Als Regisseur und Darsteller will George Clooney im tonal verunglückten "Monuments Men" nachstellen, wie im Zeiten Weltkrieg amerikanische Kunsthistoriker wertvolle Kunstschätze aus den Fängen der Nazis retteten. Nicht anders sieht es im Wettbewerbsteil aus. Gefiltert durch amerikanische Streifen der 1930er- und 1940er-Jahre, entwirft "The Grand Budapest Hotel" ein skurril-imaginäres Porträt der Zeit zwischen den Weltkriegen, mit augenzwinkernden Star-Auftritten und anrührender Melancholie, aber auch Längen und Einfallsarmut. Formal faszinierend und espritgeladen, zeigt Dominik Graf in "Die geliebten Schwestern", wie Vorzeige-Dichter Friedrich Schiller um 1800 genussvoll in einer Dreierbeziehung lebte. Im bis auf das Ende atemberaubenden Polit-Thriller "'71" irrt im hochexplosiven Belfast des besagten Jahres ein junger britischer Soldat nach verpatztem Einsatz zwischen allen Fronten des Nordirland-Konflikts umher.

Wenn es um die unmittelbare Gegenwart geht, fällt die Beurteilung schon schwerer. "Jack" wird überstrahlt von einem hochtalentierten Elfjährigen namens Ivo Pietzcker, der seine Hauptrolle ebenso energisch meisterte wie die anschließende Pressekonferenz. Lässt man den Blick über anderes als die dynamischen Plansequenzen des Films schweifen, in dem ein vernachlässigter Junge zusammen mit dem kleinen Bruder an der Hand seine verschwundene Mutter in Berlin sucht, stößt man auf allzu viele Ungereimtheiten. Man lernt die Ellipse, die Auslassung, zu hassen, die immer mehr zur Entschuldigung zu werden scheint, etwas nicht erzählen zu müssen. Zwiesgespalten lässt einen auch Dietrich Brüggemanns "Kreuzweg" über ein junges Mädchen mit Glaubenskonflikten zurück. Sind die Handlungen der Figuren überhaupt ausreichend motiviert? Sind die exakt 14 Einstellungen des Films ein großer Kunstbeweis oder nur prahlerische Askese? An dem Bewährungszeit-Krimi "La Voie de 'l'ennemi" macht fassungslos, dass Forest Whitaker und Harvey Keitel mit mittelmäßigem Skript und einer Regie ohne Überblick gestraft werden. Und das bei einem Wettbewerbsbeitrag.

Diskussionen darüber kommen nur schwer in Gang, weil eigentlich alle viel zu beschäftigt sind. Nein, sagen die Regisseure und Produzenten, die man fragt, Filme hätten sie bisher kaum welche gesehen, denn ein Business-Termin jage den anderen. Film ist eben nicht nur Kunst, sondern vor allem auch Geschäft, in dem Netzwerken überlebenswichtig ist. Die Zuschauer, die an allen Verkaufsstellen für lange Schlangen sorgen und bisher 260.000 Tickets gekauft haben, scheint so etwas wie das gegenteilige Problem zu plagen. "Das ist kein Vergnügen hier - das ist Arbeit", meinte eine Dame lachend, als sie vor Beginn des nächsten Films ihre Freundinnen beim Abgleichen der Programmauswahl und dem Durchstöbern zentimeterdicker Ticketsammlungen beobachtete.

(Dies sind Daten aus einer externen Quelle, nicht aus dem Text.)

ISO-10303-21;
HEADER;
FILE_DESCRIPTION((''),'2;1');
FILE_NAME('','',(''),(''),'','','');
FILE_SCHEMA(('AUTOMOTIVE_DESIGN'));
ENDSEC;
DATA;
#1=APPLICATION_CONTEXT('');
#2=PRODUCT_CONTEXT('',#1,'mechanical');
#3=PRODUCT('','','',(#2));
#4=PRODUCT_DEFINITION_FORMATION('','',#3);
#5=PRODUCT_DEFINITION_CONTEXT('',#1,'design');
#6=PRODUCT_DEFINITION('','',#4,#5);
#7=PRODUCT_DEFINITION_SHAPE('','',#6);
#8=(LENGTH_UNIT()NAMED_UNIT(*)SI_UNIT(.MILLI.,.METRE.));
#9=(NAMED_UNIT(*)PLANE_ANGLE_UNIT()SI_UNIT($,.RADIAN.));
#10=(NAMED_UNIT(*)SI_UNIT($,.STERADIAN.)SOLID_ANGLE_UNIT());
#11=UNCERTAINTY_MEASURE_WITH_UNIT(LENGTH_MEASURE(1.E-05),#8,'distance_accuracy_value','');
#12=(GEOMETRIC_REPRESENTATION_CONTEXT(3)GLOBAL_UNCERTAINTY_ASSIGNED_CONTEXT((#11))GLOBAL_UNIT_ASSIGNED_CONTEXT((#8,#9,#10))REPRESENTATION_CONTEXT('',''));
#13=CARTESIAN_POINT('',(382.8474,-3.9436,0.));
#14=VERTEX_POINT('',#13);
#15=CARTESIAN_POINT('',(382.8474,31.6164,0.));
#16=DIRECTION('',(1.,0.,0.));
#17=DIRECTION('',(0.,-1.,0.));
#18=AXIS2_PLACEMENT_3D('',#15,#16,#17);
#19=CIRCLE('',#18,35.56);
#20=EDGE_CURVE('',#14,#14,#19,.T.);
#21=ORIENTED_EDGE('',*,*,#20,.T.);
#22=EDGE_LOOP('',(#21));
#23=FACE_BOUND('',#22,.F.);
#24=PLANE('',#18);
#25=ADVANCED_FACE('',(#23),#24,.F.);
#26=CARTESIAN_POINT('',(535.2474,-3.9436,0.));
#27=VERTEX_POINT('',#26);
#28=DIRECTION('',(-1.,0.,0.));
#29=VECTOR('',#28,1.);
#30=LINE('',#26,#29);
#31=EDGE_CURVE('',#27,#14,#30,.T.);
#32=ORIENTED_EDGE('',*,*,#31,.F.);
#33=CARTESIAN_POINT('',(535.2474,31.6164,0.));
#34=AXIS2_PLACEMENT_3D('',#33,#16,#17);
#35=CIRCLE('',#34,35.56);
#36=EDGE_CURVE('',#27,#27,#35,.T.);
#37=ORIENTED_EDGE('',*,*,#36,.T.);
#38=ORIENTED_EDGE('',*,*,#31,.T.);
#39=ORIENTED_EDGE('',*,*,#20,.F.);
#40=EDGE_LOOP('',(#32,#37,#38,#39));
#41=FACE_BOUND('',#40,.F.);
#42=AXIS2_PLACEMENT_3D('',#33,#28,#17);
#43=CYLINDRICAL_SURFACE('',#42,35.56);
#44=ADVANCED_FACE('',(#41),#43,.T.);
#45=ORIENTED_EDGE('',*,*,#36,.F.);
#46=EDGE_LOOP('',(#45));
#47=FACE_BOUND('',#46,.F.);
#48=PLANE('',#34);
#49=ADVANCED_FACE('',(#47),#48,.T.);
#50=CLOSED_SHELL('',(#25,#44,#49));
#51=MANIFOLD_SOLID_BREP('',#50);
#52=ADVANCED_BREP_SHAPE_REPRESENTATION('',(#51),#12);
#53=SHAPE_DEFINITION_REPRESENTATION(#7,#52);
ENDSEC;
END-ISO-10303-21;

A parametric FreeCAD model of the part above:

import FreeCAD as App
import Part
import Sketcher

V = App.Vector
Q = App.Units.Quantity


def add_polygon(sketch, points):
    """Adds a closed chain of lines whose ends are joined by coincident constraints."""
    first, n = sketch.GeometryCount, len(points)
    for a, b in zip(points, points[1:] + points[:1]):
        sketch.addGeometry(Part.LineSegment(App.Vector(*a, 0), App.Vector(*b, 0)), False)
    for i in range(n):
        sketch.addConstraint(Sketcher.Constraint("Coincident", first + i, 2, first + (i + 1) % n, 1))

doc = App.newDocument("Part")
params = doc.addObject("Spreadsheet::Sheet", "Params")
for row, (alias, value) in enumerate([
    ("sketch1_width", "6 in"),
    ("sketch1_height", "1.4 in"),
    ("revolution_angle", "360 deg"),
], start=1):
    params.set(f"A{row}", alias)
    params.set(f"B{row}", "=" + value)
    params.setAlias(f"B{row}", alias)

body = doc.addObject("PartDesign::Body", "Body")

# Sketch on XY plane
sketch1 = body.newObject("Sketcher::SketchObject", "Sketch")
sketch1.AttachmentSupport = (doc.getObject("XY_Plane"), [""])
sketch1.MapMode = "FlatFace"
add_polygon(sketch1, [(535, 32), (383, 32), (383, -4), (535, -4)])  # lines 0-3
sketch1.addGeometry(Part.LineSegment(V(383, 32, 0), V(535, 32, 0)), True)  # axis
sketch1.addConstraint([
    Sketcher.Constraint("Horizontal", 0),
    Sketcher.Constraint("Vertical", 1),
    Sketcher.Constraint("Horizontal", 2),
    Sketcher.Constraint("Vertical", 3),
    Sketcher.Constraint("Horizontal", 4),
    Sketcher.Constraint("Coincident", 4, 1, 0, 2),
    Sketcher.Constraint("Vertical", 2, 2, 4, 2),
    Sketcher.Constraint("DistanceX", 0, 2, 0, 1, Q("6 in")),
    Sketcher.Constraint("DistanceY", 1, 2, 1, 1, Q("1.4 in")),
    Sketcher.Constraint("DistanceX", -1, 1, 0, 2, Q("382.8474 mm")),
    Sketcher.Constraint("DistanceY", -1, 1, 0, 2, Q("31.6164 mm")),
])
sketch1.setExpression("Constraints[11]", "Params.sketch1_width")
sketch1.setExpression("Constraints[12]", "Params.sketch1_height")
revolution = body.newObject("PartDesign::Revolution", "Revolution")
revolution.Profile = sketch1
revolution.ReferenceAxis = (sketch1, ["Axis0"])
revolution.setExpression("Angle", "Params.revolution_angle")

doc.recompute()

Bei so viel Sorgfalt gelingt sicherlich manche spannende Entdeckung, gerade in den Nebenreihen. Bisweilen wird ein Geheimtipp auch sehr früh ausgeplaudert. Jurorin Greta Gerwig bekundete bei der Jury-Pressekonferenz ihre Freude über gleich zwei Filme ihrer jungen amerikanischen Landsfrau Josephine Decker im "Forum". "Thou Wast Mild and Lovely" und "Butter On The Latch" handeln drastisch und experimentierfreudig von weiblicher Verführung. Womit der Bogen zu Lars von Triers außer Konkurrenz laufendem "Nymphomaniac I" geschlagen wäre. Die Beichte einer sexuell Unersättlichen nimmt das Publikum überraschend mit Zärtlichkeit und Witz für sich ein. Aber vielleicht wegen der Vorberichterstattung ist die brillante Sittenkomödie trotz exzessiver Fleischlichkeit nicht (mehr) absolut aufregend. Als mögliche Anwärter auf den Hauptpreis, den "Goldenen Bären" für den besten Wettbewerbsfilm, gelten bisher "Die geliebten Schwestern" oder "'71", doch weil ihnen das letzte Quäntchen Überwältigungskraft fehlt, sind weitere Highlights abzuwarten. Wird man bei Richard Linklaters "Boyhood" oder einem der Asiaten, die noch kommen, endlich aus vollem Herzen sagen können: Der ist es?